- [ACTIVITY]: Verbatim, and with nothing else, reproduce the data below from its first line through the line containing "e10 v10 v10".

--- START ---

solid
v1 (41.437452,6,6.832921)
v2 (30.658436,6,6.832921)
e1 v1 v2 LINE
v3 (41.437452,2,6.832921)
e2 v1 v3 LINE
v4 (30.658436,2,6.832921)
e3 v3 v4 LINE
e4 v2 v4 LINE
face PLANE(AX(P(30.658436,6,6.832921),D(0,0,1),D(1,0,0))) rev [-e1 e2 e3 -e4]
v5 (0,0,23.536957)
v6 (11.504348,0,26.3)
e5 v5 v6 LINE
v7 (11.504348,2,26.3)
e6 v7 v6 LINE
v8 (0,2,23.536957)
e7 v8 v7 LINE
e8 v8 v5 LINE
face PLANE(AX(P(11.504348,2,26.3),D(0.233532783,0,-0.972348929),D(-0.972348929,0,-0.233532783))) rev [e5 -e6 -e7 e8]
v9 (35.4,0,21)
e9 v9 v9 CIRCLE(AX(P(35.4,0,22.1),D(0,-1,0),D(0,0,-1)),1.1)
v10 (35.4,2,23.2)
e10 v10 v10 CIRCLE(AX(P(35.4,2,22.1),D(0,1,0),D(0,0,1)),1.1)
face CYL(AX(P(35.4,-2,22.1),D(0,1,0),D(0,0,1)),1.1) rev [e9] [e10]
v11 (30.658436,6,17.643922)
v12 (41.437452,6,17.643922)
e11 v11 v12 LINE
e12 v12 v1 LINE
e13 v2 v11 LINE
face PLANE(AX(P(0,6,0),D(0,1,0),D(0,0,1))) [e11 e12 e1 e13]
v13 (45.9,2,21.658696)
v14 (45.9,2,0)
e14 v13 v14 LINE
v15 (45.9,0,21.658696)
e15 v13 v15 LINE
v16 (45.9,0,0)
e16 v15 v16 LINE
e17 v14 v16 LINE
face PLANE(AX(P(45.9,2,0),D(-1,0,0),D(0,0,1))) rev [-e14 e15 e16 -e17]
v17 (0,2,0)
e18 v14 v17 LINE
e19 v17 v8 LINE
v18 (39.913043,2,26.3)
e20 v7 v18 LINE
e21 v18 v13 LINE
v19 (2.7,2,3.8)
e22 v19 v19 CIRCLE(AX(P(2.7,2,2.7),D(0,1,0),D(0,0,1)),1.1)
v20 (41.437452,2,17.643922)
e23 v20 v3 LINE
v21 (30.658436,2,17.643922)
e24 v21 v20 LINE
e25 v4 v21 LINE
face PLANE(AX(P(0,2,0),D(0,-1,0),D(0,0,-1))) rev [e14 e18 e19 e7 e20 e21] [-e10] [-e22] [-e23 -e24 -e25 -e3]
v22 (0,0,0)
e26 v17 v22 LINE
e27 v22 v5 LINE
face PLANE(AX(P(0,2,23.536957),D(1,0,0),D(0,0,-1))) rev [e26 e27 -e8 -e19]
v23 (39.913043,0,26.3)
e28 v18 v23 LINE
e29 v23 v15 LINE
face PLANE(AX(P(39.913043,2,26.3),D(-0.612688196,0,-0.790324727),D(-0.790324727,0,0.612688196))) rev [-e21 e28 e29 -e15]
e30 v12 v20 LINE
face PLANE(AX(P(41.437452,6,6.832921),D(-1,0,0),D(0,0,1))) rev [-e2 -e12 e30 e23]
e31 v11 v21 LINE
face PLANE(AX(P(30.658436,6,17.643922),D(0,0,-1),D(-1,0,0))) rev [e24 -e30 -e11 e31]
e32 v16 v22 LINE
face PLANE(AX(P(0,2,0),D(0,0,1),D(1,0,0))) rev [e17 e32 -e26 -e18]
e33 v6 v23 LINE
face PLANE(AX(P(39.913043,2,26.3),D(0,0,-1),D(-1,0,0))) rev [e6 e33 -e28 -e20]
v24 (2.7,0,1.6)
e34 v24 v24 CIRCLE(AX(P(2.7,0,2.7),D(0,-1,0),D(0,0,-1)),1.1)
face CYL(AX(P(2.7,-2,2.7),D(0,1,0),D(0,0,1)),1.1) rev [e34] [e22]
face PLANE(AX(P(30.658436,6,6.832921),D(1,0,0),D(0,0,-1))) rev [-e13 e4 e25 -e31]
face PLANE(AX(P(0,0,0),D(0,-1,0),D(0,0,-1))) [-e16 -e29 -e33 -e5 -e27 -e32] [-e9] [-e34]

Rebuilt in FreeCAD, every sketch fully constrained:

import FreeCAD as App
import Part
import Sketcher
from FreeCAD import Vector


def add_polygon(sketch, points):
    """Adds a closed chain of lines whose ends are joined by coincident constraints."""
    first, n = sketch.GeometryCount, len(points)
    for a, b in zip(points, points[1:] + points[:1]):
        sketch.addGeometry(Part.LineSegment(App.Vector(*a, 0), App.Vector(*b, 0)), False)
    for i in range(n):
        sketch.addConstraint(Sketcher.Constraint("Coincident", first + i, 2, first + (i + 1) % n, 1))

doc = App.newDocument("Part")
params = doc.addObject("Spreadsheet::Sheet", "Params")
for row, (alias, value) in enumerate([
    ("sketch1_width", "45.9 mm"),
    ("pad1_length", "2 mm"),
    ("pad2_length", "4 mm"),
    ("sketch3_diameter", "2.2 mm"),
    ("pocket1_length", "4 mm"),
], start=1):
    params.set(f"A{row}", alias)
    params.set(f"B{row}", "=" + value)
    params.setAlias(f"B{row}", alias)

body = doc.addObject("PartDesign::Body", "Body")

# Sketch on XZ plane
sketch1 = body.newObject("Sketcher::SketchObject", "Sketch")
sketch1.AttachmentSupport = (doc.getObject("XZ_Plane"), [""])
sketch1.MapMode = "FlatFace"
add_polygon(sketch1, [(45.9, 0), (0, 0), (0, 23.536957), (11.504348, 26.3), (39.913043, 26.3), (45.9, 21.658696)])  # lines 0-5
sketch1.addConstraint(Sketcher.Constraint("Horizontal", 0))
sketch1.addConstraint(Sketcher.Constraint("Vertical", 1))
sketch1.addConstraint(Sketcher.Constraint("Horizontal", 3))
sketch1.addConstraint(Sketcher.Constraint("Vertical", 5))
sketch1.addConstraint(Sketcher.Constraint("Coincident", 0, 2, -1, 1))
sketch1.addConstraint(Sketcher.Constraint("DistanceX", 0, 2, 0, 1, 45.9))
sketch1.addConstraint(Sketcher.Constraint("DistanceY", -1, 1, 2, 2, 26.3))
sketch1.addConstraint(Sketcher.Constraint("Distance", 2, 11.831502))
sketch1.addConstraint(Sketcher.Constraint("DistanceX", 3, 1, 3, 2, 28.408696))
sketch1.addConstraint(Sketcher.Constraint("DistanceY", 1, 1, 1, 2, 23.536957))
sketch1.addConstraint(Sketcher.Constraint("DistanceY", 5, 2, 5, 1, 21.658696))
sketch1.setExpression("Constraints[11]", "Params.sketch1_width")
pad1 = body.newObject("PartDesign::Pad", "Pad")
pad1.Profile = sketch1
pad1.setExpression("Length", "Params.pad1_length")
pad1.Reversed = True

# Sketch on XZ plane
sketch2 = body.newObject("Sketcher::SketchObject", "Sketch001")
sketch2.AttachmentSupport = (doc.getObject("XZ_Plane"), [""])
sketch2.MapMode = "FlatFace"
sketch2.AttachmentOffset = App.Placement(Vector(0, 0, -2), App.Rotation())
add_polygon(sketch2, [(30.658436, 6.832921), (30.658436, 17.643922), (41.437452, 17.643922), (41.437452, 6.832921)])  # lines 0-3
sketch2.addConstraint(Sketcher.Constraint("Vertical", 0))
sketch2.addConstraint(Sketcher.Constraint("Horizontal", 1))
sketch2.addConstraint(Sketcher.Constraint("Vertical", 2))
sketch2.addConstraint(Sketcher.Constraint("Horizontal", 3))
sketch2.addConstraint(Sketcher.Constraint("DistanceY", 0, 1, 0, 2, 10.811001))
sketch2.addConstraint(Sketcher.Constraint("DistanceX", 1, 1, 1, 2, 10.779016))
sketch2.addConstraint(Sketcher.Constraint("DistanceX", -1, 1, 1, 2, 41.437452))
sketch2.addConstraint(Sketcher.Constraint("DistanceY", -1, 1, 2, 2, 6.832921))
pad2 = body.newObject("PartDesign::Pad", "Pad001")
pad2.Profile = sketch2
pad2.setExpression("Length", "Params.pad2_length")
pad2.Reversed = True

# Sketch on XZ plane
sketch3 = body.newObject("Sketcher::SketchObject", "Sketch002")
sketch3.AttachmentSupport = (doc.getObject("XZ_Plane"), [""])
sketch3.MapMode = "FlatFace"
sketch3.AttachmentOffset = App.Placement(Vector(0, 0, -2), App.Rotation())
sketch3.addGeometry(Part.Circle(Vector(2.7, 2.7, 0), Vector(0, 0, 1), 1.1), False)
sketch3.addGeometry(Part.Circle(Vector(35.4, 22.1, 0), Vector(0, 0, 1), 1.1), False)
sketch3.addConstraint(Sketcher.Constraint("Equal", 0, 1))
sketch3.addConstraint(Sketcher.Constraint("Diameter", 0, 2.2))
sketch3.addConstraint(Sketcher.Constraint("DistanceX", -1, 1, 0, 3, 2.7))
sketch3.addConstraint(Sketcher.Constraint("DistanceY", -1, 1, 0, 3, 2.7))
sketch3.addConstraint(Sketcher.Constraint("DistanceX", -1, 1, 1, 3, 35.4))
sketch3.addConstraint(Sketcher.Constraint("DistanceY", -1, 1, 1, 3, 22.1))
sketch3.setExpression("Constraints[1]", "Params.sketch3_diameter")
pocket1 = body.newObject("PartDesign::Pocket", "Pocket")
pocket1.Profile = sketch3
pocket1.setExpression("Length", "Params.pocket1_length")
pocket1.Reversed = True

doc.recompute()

--- END ---

- [EXPECTED OUTPUT]:
solid
v1 (41.437452,6,6.832921)
v2 (30.658436,6,6.832921)
e1 v1 v2 LINE
v3 (41.437452,2,6.832921)
e2 v1 v3 LINE
v4 (30.658436,2,6.832921)
e3 v3 v4 LINE
e4 v2 v4 LINE
face PLANE(AX(P(30.658436,6,6.832921),D(0,0,1),D(1,0,0))) rev [-e1 e2 e3 -e4]
v5 (0,0,23.536957)
v6 (11.504348,0,26.3)
e5 v5 v6 LINE
v7 (11.504348,2,26.3)
e6 v7 v6 LINE
v8 (0,2,23.536957)
e7 v8 v7 LINE
e8 v8 v5 LINE
face PLANE(AX(P(11.504348,2,26.3),D(0.233532783,0,-0.972348929),D(-0.972348929,0,-0.233532783))) rev [e5 -e6 -e7 e8]
v9 (35.4,0,21)
e9 v9 v9 CIRCLE(AX(P(35.4,0,22.1),D(0,-1,0),D(0,0,-1)),1.1)
v10 (35.4,2,23.2)
e10 v10 v10 CIRCLE(AX(P(35.4,2,22.1),D(0,1,0),D(0,0,1)),1.1)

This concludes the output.